> _INFORMATION SHOWN_:
■ ■ ■ ■

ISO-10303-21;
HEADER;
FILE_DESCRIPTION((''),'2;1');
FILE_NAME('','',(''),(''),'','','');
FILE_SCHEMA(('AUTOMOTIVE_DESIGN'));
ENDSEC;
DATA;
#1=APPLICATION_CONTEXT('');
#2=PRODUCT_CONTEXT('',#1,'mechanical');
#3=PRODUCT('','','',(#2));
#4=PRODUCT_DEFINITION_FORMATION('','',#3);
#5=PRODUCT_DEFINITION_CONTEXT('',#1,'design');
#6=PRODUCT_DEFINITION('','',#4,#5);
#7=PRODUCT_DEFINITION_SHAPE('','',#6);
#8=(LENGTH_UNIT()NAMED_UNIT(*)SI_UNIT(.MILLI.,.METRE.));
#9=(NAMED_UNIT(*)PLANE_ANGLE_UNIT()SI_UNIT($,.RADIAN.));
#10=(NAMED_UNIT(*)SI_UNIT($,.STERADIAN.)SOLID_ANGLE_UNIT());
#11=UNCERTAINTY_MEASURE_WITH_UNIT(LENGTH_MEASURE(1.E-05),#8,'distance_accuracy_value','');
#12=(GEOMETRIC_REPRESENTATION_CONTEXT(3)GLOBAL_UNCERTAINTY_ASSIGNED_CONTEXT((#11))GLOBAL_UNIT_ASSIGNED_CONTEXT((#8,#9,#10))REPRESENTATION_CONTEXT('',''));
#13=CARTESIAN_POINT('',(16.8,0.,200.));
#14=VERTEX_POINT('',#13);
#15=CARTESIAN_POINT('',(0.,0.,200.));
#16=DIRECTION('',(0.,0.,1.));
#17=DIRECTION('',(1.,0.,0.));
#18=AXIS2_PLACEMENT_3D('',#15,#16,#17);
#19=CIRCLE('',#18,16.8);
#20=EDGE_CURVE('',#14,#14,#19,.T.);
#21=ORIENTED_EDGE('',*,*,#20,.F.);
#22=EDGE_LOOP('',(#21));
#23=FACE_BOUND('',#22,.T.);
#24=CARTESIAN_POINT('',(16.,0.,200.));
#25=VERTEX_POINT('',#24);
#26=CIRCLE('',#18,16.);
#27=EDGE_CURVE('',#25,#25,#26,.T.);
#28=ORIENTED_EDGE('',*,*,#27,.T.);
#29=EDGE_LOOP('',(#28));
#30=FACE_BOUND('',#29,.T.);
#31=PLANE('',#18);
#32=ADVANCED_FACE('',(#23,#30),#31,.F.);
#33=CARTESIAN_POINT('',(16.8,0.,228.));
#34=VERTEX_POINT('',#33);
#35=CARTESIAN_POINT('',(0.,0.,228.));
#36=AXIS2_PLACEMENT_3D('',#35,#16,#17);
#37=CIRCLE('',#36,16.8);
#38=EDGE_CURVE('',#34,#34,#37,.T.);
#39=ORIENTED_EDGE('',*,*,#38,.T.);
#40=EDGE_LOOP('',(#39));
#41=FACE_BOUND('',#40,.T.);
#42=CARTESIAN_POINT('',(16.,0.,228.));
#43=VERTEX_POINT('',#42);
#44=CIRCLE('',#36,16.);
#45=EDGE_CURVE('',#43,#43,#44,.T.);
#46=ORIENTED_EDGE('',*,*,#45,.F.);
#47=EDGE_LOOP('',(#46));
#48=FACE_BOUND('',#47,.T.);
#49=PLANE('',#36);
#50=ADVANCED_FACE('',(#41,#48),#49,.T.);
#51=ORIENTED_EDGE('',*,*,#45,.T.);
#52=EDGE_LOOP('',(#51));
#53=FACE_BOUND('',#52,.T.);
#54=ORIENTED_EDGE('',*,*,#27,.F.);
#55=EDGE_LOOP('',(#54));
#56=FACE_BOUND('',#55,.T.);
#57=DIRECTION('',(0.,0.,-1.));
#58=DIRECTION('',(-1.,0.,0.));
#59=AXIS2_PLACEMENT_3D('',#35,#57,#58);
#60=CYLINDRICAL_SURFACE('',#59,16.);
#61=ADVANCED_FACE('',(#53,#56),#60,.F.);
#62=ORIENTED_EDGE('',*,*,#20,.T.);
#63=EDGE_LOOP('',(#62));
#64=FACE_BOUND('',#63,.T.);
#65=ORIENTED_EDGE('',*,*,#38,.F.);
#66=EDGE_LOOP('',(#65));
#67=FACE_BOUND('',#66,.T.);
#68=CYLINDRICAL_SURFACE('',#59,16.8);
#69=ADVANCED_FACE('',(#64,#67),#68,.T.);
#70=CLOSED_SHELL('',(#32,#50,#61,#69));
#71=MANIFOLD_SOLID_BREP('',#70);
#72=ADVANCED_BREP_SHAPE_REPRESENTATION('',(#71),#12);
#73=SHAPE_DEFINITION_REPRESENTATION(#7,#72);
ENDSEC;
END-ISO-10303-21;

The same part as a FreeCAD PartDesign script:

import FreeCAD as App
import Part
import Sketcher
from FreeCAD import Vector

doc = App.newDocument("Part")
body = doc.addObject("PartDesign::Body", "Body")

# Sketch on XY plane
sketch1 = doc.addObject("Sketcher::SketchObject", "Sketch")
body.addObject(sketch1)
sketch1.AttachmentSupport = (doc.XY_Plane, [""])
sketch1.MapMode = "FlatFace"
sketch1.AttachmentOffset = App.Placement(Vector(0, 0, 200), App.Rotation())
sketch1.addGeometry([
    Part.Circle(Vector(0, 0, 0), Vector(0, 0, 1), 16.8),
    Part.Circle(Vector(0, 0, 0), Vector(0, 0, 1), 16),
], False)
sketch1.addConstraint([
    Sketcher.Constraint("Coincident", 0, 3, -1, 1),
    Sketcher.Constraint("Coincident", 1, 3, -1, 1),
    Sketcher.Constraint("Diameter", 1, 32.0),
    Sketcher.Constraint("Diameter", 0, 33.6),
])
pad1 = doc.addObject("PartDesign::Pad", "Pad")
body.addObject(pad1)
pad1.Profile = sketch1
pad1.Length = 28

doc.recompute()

■ ■ ■ ■

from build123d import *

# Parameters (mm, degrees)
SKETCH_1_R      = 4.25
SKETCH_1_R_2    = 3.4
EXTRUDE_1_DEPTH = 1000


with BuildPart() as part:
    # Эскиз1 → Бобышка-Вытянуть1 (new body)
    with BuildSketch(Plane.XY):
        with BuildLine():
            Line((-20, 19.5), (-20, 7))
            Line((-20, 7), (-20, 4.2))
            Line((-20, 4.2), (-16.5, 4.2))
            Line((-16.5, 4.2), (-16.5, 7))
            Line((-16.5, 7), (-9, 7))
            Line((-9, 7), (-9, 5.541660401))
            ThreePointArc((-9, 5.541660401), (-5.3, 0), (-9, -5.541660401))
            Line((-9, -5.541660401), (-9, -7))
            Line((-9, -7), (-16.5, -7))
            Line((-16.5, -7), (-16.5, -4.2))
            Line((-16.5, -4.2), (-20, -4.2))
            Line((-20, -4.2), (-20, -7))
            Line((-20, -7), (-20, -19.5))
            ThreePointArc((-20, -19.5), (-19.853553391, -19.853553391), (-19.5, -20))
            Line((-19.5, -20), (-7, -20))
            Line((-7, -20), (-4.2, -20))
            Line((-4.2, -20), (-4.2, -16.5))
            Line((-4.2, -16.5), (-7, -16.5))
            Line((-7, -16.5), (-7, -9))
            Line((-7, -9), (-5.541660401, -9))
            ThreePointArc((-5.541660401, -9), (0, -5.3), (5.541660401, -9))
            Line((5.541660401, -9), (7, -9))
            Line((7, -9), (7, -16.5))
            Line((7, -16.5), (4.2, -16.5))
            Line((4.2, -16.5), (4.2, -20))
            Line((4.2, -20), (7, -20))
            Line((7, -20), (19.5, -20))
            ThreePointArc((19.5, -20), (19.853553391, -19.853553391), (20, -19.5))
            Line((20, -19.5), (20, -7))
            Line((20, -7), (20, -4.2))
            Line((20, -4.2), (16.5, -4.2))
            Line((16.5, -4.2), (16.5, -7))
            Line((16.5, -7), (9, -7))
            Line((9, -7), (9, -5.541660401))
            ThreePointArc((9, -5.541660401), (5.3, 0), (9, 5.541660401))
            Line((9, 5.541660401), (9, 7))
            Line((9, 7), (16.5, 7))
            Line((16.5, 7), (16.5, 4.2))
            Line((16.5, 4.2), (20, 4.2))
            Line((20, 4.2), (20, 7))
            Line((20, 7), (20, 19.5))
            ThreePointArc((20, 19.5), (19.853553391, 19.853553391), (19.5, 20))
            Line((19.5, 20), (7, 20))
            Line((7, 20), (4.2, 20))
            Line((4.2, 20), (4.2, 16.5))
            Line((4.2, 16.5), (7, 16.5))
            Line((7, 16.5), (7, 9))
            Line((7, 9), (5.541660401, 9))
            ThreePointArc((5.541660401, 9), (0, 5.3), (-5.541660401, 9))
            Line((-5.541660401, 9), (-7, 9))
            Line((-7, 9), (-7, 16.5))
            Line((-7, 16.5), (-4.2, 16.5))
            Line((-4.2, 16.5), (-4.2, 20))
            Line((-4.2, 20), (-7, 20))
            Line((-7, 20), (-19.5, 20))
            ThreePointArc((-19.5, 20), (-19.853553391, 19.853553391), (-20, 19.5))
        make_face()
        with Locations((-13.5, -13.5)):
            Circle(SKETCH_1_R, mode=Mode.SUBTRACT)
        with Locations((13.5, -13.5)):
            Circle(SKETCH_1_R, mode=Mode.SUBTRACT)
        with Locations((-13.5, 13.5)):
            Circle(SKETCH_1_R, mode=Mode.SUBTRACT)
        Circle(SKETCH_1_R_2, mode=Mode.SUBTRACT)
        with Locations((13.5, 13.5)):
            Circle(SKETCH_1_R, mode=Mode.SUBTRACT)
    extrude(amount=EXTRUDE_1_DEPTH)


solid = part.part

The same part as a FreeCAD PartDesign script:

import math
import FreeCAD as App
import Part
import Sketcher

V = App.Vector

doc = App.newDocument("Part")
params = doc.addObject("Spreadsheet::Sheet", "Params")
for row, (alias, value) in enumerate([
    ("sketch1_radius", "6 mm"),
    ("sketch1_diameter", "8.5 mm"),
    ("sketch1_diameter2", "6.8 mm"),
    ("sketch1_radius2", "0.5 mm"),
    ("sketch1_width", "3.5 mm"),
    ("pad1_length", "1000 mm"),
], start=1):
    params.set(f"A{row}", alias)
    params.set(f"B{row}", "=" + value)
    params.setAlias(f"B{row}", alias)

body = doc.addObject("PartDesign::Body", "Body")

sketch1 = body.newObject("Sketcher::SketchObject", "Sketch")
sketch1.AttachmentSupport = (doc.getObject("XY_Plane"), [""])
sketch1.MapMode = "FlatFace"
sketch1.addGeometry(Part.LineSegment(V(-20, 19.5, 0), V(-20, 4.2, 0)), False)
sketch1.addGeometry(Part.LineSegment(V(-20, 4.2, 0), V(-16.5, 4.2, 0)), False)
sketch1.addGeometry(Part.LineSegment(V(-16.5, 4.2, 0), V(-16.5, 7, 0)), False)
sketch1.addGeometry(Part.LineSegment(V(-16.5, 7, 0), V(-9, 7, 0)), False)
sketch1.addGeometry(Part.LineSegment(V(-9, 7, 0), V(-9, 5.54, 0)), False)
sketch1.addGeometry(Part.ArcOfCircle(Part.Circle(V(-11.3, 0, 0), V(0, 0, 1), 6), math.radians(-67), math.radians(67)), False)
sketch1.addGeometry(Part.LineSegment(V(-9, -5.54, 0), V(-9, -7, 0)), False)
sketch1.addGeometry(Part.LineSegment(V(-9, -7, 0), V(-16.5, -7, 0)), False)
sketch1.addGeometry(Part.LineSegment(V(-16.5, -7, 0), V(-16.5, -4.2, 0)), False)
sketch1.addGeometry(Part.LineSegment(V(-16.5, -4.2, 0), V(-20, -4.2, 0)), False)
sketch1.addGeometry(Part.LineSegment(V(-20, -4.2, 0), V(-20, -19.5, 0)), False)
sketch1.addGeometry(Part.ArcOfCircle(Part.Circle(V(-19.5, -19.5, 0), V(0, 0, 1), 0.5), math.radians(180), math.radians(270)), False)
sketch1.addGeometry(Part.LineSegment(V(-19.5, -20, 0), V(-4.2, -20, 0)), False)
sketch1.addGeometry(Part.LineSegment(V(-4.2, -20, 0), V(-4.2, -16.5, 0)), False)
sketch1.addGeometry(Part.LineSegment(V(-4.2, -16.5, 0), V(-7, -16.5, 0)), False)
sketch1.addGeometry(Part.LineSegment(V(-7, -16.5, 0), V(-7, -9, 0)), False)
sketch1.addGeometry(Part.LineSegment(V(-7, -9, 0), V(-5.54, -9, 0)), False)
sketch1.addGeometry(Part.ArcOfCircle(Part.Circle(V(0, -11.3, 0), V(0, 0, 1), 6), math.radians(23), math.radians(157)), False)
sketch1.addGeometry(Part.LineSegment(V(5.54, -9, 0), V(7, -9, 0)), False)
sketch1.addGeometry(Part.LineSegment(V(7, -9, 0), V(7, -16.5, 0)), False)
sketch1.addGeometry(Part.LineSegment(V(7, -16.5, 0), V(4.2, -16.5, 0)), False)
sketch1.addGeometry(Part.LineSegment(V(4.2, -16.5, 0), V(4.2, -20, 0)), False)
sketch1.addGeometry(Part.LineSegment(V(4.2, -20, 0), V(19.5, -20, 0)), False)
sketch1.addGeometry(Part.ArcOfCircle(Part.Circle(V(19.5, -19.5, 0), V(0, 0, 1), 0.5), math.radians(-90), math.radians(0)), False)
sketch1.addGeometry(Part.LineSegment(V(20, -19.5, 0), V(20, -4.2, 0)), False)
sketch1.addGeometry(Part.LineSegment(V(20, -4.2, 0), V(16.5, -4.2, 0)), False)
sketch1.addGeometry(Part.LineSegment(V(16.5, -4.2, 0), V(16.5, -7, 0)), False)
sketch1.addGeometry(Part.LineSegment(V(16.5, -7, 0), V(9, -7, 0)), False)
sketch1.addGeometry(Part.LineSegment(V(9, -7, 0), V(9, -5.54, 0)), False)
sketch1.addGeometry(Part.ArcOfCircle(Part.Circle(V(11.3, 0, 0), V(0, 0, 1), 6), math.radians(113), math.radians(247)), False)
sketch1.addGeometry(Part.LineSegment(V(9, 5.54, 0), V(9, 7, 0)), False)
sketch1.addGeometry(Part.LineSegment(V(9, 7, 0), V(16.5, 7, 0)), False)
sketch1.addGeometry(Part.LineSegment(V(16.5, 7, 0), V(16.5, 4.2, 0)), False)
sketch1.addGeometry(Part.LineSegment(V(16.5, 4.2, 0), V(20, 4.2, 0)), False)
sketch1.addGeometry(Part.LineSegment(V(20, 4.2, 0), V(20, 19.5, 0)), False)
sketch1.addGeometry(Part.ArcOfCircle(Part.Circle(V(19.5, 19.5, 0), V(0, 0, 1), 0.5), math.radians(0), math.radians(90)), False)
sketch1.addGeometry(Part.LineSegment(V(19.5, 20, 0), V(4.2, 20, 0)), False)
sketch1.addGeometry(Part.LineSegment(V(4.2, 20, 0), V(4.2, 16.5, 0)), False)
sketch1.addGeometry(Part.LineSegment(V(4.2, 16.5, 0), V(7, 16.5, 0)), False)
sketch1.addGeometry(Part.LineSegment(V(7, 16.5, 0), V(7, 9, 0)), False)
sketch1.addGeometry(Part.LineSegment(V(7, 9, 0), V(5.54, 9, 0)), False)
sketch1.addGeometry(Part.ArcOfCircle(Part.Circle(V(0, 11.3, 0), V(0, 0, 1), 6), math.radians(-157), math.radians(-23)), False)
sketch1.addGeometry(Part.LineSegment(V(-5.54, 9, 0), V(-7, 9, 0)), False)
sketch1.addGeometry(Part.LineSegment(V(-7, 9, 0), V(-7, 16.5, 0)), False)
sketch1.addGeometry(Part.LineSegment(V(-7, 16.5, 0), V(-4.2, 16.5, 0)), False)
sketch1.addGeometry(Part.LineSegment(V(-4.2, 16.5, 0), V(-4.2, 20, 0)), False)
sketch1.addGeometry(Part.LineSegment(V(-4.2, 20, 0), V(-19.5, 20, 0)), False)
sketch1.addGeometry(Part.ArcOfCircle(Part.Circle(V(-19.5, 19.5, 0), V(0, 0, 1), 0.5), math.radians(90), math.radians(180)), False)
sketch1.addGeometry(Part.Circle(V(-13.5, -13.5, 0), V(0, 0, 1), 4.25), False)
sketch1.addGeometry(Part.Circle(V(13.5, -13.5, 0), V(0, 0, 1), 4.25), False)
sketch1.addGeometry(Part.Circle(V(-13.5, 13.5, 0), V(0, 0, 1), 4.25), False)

■ ■ ■ ■

> _PROBLEM DESCRIPTION_:
The expected output is exactly the lines of the listing above between the line holding "Line((-16.5, 7), (-9, 7))" and the line holding "Line((16.5, -4.2), (16.5, -7))", inclusive.

> _WRITTEN SOLUTION_:
            Line((-16.5, 7), (-9, 7))
            Line((-9, 7), (-9, 5.541660401))
            ThreePointArc((-9, 5.541660401), (-5.3, 0), (-9, -5.541660401))
            Line((-9, -5.541660401), (-9, -7))
            Line((-9, -7), (-16.5, -7))
            Line((-16.5, -7), (-16.5, -4.2))
            Line((-16.5, -4.2), (-20, -4.2))
            Line((-20, -4.2), (-20, -7))
            Line((-20, -7), (-20, -19.5))
            ThreePointArc((-20, -19.5), (-19.853553391, -19.853553391), (-19.5, -20))
            Line((-19.5, -20), (-7, -20))
            Line((-7, -20), (-4.2, -20))
            Line((-4.2, -20), (-4.2, -16.5))
            Line((-4.2, -16.5), (-7, -16.5))
            Line((-7, -16.5), (-7, -9))
            Line((-7, -9), (-5.541660401, -9))
            ThreePointArc((-5.541660401, -9), (0, -5.3), (5.541660401, -9))
            Line((5.541660401, -9), (7, -9))
            Line((7, -9), (7, -16.5))
            Line((7, -16.5), (4.2, -16.5))
            Line((4.2, -16.5), (4.2, -20))
            Line((4.2, -20), (7, -20))
            Line((7, -20), (19.5, -20))
            ThreePointArc((19.5, -20), (19.853553391, -19.853553391), (20, -19.5))
            Line((20, -19.5), (20, -7))
            Line((20, -7), (20, -4.2))
            Line((20, -4.2), (16.5, -4.2))
            Line((16.5, -4.2), (16.5, -7))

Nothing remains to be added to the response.